◆ **Prompt**
After finding the line containing "face CYL(AX(P(19.75,29,-15.2),D(0,0,1),D(0,1,0)),1.2295) rev" below, please output that line and each following one through the line containing "The same part", exactly as written.

◆ **Data shown**
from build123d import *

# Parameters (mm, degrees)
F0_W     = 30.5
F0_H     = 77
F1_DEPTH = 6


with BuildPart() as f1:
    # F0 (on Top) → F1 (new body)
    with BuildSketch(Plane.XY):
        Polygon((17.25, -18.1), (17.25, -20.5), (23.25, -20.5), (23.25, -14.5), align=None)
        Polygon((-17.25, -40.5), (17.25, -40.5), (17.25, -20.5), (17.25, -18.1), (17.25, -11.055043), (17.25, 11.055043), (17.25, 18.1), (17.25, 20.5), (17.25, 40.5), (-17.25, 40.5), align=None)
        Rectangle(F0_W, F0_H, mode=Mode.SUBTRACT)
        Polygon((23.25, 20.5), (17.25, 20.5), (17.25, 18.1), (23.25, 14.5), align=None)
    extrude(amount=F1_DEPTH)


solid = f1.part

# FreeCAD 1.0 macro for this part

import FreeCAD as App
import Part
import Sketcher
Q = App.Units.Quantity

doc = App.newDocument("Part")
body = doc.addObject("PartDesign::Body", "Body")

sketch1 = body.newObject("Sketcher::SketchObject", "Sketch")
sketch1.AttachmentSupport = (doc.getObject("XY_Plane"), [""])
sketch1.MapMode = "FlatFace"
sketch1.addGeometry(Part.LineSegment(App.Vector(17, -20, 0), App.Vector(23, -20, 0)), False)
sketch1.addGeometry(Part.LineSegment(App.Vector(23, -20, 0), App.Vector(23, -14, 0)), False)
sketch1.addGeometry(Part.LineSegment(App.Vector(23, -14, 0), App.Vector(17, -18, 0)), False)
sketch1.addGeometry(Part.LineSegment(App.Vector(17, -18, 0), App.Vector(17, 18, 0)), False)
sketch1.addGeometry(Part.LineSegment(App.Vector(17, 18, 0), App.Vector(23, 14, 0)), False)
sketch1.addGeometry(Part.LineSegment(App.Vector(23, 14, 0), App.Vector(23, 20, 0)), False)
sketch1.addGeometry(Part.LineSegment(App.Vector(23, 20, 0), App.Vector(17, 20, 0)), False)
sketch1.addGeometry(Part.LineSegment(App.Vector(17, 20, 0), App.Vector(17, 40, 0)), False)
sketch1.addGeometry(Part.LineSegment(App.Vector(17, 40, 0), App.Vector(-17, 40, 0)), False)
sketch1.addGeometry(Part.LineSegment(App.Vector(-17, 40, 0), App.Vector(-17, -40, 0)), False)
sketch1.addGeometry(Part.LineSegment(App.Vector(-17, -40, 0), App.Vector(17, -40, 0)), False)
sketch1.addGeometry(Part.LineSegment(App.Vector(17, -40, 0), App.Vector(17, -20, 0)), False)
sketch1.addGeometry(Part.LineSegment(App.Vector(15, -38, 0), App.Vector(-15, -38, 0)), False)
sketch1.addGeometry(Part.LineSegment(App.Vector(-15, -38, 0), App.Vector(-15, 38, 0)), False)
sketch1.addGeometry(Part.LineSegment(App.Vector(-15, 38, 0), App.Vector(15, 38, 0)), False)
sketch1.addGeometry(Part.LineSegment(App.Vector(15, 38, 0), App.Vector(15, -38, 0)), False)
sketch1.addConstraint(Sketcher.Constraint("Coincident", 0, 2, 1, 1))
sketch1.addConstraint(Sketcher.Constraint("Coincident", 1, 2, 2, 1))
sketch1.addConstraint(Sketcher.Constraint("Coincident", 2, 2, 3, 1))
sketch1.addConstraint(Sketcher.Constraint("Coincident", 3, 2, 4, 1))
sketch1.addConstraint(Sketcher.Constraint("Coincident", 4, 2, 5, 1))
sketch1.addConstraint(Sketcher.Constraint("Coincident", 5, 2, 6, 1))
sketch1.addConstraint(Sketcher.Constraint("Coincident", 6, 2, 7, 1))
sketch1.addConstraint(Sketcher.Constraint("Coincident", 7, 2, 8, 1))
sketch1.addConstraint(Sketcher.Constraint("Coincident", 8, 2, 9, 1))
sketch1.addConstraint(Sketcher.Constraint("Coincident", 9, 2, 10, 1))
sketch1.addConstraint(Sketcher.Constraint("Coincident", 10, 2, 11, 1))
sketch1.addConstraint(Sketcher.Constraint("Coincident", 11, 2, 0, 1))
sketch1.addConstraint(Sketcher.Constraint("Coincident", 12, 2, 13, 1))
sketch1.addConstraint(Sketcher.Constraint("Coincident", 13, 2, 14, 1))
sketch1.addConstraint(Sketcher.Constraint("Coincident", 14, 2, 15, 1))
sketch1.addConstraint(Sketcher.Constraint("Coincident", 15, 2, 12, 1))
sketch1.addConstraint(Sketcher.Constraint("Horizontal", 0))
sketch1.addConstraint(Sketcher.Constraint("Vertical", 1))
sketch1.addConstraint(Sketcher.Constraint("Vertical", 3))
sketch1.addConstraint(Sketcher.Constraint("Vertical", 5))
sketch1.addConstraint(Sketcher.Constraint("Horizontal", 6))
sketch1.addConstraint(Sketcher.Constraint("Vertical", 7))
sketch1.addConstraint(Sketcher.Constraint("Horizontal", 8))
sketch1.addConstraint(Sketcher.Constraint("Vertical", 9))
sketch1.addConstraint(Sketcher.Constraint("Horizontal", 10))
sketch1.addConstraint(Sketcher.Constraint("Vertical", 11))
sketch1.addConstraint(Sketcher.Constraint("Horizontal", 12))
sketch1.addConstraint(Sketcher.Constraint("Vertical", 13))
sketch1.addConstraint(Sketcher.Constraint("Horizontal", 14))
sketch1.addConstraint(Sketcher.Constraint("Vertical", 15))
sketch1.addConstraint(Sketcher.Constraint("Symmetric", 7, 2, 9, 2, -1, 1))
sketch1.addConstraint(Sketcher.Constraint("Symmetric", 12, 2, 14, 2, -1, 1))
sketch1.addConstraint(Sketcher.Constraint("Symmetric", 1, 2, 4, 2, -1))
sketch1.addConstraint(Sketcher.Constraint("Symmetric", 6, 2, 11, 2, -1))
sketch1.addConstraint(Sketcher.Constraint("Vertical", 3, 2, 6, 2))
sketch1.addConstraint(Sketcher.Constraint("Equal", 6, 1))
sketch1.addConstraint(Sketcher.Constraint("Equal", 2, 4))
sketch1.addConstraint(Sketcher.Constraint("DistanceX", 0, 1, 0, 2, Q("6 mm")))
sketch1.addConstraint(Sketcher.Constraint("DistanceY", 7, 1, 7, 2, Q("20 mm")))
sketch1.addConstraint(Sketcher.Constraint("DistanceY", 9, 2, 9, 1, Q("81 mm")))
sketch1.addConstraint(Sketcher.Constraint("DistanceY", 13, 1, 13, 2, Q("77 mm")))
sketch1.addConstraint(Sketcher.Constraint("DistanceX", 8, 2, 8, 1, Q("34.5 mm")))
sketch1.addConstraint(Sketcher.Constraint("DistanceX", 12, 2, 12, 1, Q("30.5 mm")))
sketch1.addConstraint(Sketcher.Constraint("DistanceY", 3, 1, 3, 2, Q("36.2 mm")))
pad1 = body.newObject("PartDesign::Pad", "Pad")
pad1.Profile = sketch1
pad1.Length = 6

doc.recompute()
--
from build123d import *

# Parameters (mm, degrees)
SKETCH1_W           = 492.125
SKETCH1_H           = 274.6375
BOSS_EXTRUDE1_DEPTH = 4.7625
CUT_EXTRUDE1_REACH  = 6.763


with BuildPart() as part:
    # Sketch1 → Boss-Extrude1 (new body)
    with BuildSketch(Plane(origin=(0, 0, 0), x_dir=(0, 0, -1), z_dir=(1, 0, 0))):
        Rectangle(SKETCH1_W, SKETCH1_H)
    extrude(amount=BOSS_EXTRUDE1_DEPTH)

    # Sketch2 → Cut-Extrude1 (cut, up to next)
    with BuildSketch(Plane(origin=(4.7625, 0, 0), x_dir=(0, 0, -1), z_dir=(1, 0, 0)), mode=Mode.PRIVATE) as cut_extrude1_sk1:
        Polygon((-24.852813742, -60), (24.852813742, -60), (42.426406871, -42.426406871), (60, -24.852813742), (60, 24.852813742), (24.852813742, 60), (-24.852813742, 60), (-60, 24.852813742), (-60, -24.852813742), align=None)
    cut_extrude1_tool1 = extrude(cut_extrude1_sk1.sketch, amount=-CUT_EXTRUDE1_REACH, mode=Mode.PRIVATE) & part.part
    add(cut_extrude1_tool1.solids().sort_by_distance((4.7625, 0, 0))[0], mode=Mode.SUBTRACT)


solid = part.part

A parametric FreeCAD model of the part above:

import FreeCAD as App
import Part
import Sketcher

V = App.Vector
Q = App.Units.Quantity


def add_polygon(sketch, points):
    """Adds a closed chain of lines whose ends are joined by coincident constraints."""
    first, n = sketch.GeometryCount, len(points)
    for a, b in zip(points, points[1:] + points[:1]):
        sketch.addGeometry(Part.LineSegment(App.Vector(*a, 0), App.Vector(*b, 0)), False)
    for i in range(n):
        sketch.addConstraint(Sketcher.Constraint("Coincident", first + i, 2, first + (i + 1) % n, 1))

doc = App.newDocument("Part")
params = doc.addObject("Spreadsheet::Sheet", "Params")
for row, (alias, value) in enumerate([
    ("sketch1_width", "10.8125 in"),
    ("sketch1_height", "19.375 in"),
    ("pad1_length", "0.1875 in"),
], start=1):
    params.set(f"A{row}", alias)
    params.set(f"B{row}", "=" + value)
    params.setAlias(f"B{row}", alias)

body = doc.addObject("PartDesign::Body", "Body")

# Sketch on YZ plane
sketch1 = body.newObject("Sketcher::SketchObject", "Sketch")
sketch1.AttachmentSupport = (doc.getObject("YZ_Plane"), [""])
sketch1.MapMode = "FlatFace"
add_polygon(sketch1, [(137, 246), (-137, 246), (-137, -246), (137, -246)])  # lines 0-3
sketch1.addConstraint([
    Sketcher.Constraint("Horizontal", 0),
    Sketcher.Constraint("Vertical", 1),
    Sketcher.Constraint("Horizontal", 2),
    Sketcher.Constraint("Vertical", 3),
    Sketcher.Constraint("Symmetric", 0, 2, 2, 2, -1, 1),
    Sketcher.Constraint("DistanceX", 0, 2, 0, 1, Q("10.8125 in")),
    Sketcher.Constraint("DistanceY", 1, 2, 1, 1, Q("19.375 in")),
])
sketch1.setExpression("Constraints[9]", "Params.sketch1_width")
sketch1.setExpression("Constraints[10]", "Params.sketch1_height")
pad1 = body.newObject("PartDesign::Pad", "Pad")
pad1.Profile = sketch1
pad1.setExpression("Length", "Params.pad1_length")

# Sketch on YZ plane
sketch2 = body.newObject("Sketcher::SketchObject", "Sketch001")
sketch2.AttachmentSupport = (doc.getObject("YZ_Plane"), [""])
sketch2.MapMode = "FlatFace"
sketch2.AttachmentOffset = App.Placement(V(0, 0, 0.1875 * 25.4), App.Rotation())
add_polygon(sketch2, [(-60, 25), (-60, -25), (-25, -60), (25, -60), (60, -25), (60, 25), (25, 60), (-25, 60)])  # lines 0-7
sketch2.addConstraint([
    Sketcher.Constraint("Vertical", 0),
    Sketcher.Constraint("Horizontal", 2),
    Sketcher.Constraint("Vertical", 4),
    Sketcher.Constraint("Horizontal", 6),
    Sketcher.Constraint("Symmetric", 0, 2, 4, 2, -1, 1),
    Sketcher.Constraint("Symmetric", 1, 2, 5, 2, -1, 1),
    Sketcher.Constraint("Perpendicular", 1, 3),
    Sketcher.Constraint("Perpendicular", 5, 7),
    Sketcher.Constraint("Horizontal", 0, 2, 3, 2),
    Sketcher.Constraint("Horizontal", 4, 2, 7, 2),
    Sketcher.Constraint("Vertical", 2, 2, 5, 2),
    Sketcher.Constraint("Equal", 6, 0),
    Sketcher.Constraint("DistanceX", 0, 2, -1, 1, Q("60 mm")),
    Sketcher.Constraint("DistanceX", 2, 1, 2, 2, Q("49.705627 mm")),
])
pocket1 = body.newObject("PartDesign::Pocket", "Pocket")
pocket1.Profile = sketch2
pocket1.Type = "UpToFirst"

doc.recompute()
---
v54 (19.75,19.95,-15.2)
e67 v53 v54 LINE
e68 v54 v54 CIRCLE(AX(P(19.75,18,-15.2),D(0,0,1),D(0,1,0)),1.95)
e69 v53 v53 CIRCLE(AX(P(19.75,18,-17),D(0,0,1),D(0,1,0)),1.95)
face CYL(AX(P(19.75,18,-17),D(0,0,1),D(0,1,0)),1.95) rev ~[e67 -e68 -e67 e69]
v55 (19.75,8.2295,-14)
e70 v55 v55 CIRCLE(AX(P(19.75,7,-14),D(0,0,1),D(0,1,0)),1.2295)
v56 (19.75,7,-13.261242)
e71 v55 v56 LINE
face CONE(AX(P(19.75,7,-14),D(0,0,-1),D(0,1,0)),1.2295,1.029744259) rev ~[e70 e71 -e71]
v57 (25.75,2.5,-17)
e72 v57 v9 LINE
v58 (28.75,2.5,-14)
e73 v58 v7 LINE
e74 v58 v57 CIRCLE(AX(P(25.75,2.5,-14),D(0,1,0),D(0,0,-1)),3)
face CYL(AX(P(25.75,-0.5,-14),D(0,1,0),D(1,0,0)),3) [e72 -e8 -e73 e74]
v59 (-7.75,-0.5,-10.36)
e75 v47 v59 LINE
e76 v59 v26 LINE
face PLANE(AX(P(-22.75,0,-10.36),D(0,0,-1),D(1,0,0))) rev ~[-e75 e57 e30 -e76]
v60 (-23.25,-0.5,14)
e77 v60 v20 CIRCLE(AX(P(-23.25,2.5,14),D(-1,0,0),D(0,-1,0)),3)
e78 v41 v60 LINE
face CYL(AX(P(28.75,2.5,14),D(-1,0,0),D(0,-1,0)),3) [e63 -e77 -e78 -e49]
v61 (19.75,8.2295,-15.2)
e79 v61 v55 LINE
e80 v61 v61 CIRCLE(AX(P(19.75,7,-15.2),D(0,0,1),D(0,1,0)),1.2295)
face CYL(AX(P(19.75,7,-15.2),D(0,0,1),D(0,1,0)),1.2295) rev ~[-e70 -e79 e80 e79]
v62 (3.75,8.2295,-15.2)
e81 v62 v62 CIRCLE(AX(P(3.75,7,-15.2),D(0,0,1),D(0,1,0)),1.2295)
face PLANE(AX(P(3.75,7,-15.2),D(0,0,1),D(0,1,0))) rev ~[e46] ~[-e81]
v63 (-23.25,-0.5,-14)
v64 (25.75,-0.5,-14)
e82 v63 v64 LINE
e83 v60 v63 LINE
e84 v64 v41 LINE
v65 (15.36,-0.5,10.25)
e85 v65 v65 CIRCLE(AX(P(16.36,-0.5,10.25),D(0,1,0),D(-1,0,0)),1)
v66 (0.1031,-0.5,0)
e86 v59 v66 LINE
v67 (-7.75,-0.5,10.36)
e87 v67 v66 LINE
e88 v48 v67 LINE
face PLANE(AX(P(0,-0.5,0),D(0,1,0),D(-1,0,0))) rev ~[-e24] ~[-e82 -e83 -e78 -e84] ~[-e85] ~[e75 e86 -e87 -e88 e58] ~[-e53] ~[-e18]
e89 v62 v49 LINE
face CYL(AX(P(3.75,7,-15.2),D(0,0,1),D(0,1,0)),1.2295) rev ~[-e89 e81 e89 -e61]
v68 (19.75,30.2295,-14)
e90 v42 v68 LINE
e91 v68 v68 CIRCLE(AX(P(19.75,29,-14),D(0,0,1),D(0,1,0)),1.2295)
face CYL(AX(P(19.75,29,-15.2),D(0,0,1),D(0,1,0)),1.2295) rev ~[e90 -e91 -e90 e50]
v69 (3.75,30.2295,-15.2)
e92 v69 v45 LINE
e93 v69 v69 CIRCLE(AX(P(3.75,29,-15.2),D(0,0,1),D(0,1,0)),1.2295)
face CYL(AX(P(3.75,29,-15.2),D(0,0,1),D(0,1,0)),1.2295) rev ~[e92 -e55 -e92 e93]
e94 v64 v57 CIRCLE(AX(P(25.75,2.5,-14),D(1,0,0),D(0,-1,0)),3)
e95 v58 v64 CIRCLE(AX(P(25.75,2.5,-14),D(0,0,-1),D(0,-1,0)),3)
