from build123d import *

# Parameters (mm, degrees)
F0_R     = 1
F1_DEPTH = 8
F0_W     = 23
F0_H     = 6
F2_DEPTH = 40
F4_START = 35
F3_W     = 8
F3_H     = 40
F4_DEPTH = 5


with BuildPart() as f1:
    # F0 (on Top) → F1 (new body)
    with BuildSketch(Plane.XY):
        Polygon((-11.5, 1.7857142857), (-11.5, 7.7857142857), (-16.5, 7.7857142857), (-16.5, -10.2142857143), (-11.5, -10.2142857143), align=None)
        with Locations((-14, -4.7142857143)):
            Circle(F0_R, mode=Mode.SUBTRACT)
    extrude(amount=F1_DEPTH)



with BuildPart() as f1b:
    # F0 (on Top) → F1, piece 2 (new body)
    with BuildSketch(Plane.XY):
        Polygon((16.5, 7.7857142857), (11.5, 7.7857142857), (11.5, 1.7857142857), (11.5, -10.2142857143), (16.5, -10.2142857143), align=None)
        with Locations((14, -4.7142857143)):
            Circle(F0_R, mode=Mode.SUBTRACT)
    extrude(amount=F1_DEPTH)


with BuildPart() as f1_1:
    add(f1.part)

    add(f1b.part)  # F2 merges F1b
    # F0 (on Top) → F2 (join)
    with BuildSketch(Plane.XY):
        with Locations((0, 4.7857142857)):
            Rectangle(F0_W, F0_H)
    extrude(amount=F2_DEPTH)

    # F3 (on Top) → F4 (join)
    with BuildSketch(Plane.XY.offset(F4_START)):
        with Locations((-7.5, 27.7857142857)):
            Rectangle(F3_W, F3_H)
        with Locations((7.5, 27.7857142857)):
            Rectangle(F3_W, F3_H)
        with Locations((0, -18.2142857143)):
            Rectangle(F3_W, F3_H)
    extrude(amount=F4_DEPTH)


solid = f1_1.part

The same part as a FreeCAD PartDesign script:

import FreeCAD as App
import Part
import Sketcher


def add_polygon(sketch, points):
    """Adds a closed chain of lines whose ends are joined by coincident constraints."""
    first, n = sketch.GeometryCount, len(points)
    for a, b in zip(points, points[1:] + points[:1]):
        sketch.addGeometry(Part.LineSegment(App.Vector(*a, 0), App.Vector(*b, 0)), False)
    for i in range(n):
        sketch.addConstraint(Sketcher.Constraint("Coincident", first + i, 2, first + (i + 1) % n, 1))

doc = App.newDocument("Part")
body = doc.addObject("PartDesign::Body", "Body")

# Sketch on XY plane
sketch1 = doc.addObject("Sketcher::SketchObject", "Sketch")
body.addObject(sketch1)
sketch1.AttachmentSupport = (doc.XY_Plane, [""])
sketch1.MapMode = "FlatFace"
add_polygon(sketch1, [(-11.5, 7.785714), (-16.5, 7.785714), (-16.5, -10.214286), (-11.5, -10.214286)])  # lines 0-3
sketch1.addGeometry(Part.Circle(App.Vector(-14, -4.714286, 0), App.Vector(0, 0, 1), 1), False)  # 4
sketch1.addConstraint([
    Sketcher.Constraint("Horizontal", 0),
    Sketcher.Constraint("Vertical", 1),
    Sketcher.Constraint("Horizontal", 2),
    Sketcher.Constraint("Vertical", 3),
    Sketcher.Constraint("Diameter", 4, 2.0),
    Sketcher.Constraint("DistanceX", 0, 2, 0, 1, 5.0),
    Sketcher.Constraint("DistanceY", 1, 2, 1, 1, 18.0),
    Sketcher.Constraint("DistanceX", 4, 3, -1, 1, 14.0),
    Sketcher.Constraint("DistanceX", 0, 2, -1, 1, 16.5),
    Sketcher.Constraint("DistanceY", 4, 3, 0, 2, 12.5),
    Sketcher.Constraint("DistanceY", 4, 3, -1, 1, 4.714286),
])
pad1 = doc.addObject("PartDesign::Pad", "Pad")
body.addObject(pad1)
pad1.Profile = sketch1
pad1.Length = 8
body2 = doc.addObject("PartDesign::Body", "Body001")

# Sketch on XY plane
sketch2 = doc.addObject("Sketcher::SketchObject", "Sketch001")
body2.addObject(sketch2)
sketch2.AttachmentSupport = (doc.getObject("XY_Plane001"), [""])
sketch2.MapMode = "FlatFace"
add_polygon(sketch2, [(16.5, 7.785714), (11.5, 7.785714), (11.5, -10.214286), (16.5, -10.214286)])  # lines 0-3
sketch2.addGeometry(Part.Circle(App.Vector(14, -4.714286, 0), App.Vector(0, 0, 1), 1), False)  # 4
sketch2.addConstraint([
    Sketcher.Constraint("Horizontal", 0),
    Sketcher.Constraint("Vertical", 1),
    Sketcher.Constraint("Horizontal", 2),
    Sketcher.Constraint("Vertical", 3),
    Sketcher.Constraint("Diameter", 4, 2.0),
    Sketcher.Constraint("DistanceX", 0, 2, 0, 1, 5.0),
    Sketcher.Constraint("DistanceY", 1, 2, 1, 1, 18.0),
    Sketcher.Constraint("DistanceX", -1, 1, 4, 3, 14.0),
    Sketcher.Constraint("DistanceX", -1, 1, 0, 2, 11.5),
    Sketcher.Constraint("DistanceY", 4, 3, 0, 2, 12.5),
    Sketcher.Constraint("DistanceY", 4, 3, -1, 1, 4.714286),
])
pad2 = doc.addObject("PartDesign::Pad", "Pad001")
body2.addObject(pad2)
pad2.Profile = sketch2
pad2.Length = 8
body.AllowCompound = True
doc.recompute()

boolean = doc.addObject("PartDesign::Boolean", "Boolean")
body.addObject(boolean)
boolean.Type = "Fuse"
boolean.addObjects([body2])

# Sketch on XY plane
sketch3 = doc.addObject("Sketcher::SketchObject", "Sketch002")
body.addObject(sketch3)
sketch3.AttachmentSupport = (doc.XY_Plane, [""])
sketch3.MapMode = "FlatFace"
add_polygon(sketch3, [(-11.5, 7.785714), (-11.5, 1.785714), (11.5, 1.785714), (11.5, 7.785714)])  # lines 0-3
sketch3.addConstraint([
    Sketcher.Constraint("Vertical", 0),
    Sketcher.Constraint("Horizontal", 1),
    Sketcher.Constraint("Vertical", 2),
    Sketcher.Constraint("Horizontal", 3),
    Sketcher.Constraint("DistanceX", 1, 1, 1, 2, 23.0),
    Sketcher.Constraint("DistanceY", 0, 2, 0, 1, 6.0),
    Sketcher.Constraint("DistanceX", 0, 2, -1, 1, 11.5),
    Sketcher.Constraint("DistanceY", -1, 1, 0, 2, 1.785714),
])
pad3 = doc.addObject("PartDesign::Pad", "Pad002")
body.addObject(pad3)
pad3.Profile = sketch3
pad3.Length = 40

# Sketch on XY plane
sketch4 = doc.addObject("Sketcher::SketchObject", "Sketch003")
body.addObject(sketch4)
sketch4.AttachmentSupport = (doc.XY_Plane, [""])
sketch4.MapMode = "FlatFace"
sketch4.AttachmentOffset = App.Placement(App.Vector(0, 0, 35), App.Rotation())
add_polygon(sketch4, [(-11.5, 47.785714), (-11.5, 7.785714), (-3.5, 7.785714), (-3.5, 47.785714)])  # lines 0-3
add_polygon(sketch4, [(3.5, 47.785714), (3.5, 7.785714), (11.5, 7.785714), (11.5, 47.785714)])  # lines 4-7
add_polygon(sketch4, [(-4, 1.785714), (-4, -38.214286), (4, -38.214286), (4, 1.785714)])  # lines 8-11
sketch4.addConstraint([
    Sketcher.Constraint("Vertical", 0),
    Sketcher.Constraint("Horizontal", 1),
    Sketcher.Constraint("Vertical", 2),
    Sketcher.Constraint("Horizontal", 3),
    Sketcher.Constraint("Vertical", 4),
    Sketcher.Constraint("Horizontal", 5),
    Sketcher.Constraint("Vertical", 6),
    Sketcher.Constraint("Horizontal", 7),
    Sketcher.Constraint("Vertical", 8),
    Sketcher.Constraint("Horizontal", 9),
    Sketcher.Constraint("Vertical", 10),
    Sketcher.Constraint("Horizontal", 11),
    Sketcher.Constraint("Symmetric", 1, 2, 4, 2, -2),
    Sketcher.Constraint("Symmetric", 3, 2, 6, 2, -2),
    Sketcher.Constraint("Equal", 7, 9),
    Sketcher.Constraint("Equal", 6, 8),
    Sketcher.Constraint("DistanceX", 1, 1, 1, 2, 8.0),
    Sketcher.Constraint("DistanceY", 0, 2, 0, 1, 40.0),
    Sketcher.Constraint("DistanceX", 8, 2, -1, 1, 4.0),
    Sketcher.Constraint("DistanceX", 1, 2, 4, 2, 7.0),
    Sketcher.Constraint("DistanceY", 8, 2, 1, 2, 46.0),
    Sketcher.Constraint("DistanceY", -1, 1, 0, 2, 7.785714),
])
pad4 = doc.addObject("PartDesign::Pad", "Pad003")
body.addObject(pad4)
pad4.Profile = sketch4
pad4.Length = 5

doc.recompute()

◆ **Task response**
face CYL(AX(P(19.75,29,-15.2),D(0,0,1),D(0,1,0)),1.2295) rev ~[e90 -e91 -e90 e50]
v69 (3.75,30.2295,-15.2)
e92 v69 v45 LINE
e93 v69 v69 CIRCLE(AX(P(3.75,29,-15.2),D(0,0,1),D(0,1,0)),1.2295)
face CYL(AX(P(3.75,29,-15.2),D(0,0,1),D(0,1,0)),1.2295) rev ~[e92 -e55 -e92 e93]
e94 v64 v57 CIRCLE(AX(P(25.75,2.5,-14),D(1,0,0),D(0,-1,0)),3)
e95 v58 v64 CIRCLE(AX(P(25.75,2.5,-14),D(0,0,-1),D(0,-1,0)),3)
from build123d import *

# Parameters (mm, degrees)
F0_R     = 1
F1_DEPTH = 8
F0_W     = 23
F0_H     = 6
F2_DEPTH = 40
F4_START = 35
F3_W     = 8
F3_H     = 40
F4_DEPTH = 5


with BuildPart() as f1:
    # F0 (on Top) → F1 (new body)
    with BuildSketch(Plane.XY):
        Polygon((-11.5, 1.7857142857), (-11.5, 7.7857142857), (-16.5, 7.7857142857), (-16.5, -10.2142857143), (-11.5, -10.2142857143), align=None)
        with Locations((-14, -4.7142857143)):
            Circle(F0_R, mode=Mode.SUBTRACT)
    extrude(amount=F1_DEPTH)



with BuildPart() as f1b:
    # F0 (on Top) → F1, piece 2 (new body)
    with BuildSketch(Plane.XY):
        Polygon((16.5, 7.7857142857), (11.5, 7.7857142857), (11.5, 1.7857142857), (11.5, -10.2142857143), (16.5, -10.2142857143), align=None)
        with Locations((14, -4.7142857143)):
            Circle(F0_R, mode=Mode.SUBTRACT)
    extrude(amount=F1_DEPTH)


with BuildPart() as f1_1:
    add(f1.part)

    add(f1b.part)  # F2 merges F1b
    # F0 (on Top) → F2 (join)
    with BuildSketch(Plane.XY):
        with Locations((0, 4.7857142857)):
            Rectangle(F0_W, F0_H)
    extrude(amount=F2_DEPTH)

    # F3 (on Top) → F4 (join)
    with BuildSketch(Plane.XY.offset(F4_START)):
        with Locations((-7.5, 27.7857142857)):
            Rectangle(F3_W, F3_H)
        with Locations((7.5, 27.7857142857)):
            Rectangle(F3_W, F3_H)
        with Locations((0, -18.2142857143)):
            Rectangle(F3_W, F3_H)
    extrude(amount=F4_DEPTH)


solid = f1_1.part

The same part as a FreeCAD PartDesign script:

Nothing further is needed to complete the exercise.